Dataset excerpts:
_ _ _ _ _ _ _
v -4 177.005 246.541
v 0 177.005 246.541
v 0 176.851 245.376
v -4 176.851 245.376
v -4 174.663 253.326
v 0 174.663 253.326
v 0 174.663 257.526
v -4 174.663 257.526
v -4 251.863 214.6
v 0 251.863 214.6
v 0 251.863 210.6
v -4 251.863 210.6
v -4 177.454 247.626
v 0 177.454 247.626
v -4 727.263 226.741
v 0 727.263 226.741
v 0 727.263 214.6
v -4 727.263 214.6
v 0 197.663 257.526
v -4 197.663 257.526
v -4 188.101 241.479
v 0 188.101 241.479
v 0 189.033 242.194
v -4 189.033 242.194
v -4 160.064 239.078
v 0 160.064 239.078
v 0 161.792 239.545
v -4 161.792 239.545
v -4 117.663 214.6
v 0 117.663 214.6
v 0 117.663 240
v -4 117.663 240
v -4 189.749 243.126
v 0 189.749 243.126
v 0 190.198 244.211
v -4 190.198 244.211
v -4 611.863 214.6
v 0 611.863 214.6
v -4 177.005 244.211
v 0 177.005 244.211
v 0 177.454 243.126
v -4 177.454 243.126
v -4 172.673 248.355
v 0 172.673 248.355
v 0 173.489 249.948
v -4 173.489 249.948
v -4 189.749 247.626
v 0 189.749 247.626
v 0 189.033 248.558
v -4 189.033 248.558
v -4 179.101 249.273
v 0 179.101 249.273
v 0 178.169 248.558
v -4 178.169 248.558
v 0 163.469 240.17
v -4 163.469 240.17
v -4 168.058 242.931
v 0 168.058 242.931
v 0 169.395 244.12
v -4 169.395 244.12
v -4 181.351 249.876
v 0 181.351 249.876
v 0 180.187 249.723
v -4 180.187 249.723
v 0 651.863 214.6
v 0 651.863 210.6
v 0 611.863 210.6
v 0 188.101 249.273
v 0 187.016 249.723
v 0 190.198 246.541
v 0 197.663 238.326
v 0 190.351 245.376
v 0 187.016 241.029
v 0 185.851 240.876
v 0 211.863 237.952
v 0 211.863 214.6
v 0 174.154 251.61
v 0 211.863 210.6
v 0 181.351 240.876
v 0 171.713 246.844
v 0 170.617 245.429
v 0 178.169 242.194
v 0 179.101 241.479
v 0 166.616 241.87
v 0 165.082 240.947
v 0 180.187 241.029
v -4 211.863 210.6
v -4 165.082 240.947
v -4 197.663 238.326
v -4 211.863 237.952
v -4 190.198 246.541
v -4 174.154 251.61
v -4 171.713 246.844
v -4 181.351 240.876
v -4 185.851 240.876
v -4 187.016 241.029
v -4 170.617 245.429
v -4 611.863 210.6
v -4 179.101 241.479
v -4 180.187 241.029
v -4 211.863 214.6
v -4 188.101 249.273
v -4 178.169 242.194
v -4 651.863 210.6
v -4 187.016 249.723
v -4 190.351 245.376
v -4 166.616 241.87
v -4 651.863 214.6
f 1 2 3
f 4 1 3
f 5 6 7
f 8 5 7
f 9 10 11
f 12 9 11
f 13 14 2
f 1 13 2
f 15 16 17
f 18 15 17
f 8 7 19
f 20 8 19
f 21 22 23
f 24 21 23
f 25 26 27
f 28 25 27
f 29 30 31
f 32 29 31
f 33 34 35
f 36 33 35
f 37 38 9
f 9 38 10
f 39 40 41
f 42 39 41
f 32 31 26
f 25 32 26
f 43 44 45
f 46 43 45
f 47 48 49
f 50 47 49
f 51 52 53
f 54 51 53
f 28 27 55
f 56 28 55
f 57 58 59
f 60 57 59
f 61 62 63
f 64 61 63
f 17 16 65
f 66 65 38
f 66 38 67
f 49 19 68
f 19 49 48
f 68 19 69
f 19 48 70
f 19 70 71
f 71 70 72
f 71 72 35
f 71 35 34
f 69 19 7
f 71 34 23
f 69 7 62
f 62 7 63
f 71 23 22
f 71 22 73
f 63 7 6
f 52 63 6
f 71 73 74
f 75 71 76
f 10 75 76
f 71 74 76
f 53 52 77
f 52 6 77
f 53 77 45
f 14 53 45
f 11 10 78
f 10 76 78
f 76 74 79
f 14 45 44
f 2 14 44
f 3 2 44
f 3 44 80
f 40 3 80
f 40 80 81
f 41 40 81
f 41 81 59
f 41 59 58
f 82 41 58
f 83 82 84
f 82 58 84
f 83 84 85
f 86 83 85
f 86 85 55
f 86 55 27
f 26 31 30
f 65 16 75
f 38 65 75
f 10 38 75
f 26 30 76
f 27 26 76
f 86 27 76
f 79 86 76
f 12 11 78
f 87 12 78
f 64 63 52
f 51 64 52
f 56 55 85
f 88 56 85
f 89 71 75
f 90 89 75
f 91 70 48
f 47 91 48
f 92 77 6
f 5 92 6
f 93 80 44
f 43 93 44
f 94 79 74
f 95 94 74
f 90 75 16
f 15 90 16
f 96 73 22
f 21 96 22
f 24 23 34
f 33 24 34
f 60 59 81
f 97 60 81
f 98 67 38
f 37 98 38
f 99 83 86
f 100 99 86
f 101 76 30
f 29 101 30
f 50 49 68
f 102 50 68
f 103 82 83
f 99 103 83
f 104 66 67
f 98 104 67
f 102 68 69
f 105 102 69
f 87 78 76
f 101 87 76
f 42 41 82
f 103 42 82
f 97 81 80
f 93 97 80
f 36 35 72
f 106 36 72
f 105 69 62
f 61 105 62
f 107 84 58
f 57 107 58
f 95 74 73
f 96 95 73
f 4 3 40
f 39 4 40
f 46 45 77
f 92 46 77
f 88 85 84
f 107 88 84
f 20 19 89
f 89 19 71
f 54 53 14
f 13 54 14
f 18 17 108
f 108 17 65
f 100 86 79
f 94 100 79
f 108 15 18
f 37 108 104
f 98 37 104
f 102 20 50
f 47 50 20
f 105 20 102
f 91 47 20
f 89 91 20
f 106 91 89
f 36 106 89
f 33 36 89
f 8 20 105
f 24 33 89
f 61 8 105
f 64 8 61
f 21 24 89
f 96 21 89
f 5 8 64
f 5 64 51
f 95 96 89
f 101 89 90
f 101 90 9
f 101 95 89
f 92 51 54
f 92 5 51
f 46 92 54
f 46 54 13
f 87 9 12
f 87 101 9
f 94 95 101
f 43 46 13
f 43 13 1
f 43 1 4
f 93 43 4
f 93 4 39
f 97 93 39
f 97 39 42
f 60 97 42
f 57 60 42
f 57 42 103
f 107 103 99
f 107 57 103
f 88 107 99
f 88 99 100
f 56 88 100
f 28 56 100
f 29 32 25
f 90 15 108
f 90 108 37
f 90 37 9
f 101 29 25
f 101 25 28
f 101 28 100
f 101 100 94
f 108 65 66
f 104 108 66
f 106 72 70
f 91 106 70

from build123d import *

# Parameters (mm, degrees)
F1_DEPTH = 4
F2_ANGLE = 90
F3_ANGLE = 180


with BuildPart() as f1:
    # F0 (on Right) → F1 (new body)
    with BuildSketch(Plane.YZ):
        Polygon((-4.2630598, 224.8000076), (-3.8891464, 210.6000106), (7.3218294, -304.8), (19.4630294, -304.8), (19.4630294, -229.3999984), (23.4630468, -229.3999984), (23.4630468, -189.4000022), (19.4630294, -189.4000022), (19.4630294, 170.6000144), (23.4630468, 170.6000144), (23.4630468, 210.6000106), (19.4630294, 210.6000106), (19.4630294, 304.8), (-5.9369706, 304.8), (-5.0152046, 262.3993228), (-5.482082, 260.6712084), (-6.1067696, 258.9936908), (-6.883908, 257.381121), (-7.806817, 255.847342), (-8.867648, 254.4054856), (-10.057257, 253.0678962), (-11.3654586, 251.8460546), (-12.7810514, 250.7504256), (-14.2918942, 249.7904072), (-15.885033, 248.9742036), (-17.546828, 248.3088506), (-19.2630552, 247.8000124), (-23.4630468, 247.8000124), (-23.4630468, 224.8000076), align=None)
        Polygon((-14.4949672, 233.4296322), (-15.2101042, 234.361609), (-15.6596588, 235.4469256), (-15.8129986, 241.1116082), (-15.6596588, 242.2762998), (-15.2101042, 243.3616164), (-14.4949672, 244.2935932), (-13.5629904, 245.0087302), (-12.4776738, 245.4582594), (-11.3130076, 245.6115992), (-10.148316, 245.4582594), (-9.0629994, 245.0087302), (-8.1310226, 244.2935932), (-7.4158856, 243.3616164), (-6.966331, 242.2762998), (-6.8129912, 241.1116082), (-6.8129912, 236.6116172), (-6.966331, 235.4469256), (-7.4158856, 234.361609), (-8.1310226, 233.4296322), (-9.0629994, 232.7144952), (-10.148316, 232.2649406), (-11.3130076, 232.1116008), (-12.4776738, 232.2649406), (-13.5629904, 232.7144952), align=None, mode=Mode.SUBTRACT)
    extrude(amount=F1_DEPTH)


with BuildPart() as f1_1:
    # F2: moved
    add(f1.part.rotate(Axis((2, 23.4630468, 210.6000106), (-1, 0, 0)), F2_ANGLE))


with BuildPart() as f1_2:
    # F3: moved
    add(f1_1.part.rotate(Axis((0, 117.6630362, 227.300028), (0, 0, 1)), F3_ANGLE))


solid = f1_2.part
_ _ _ _ _ _ _
* _Your assignment_
Set the lines down exactly, from the first line of the records to the line where "v -4 160.064 239.078" appears, with both ends kept.

* _Problem solution_
v -4 177.005 246.541
v 0 177.005 246.541
v 0 176.851 245.376
v -4 176.851 245.376
v -4 174.663 253.326
v 0 174.663 253.326
v 0 174.663 257.526
v -4 174.663 257.526
v -4 251.863 214.6
v 0 251.863 214.6
v 0 251.863 210.6
v -4 251.863 210.6
v -4 177.454 247.626
v 0 177.454 247.626
v -4 727.263 226.741
v 0 727.263 226.741
v 0 727.263 214.6
v -4 727.263 214.6
v 0 197.663 257.526
v -4 197.663 257.526
v -4 188.101 241.479
v 0 188.101 241.479
v 0 189.033 242.194
v -4 189.033 242.194
v -4 160.064 239.078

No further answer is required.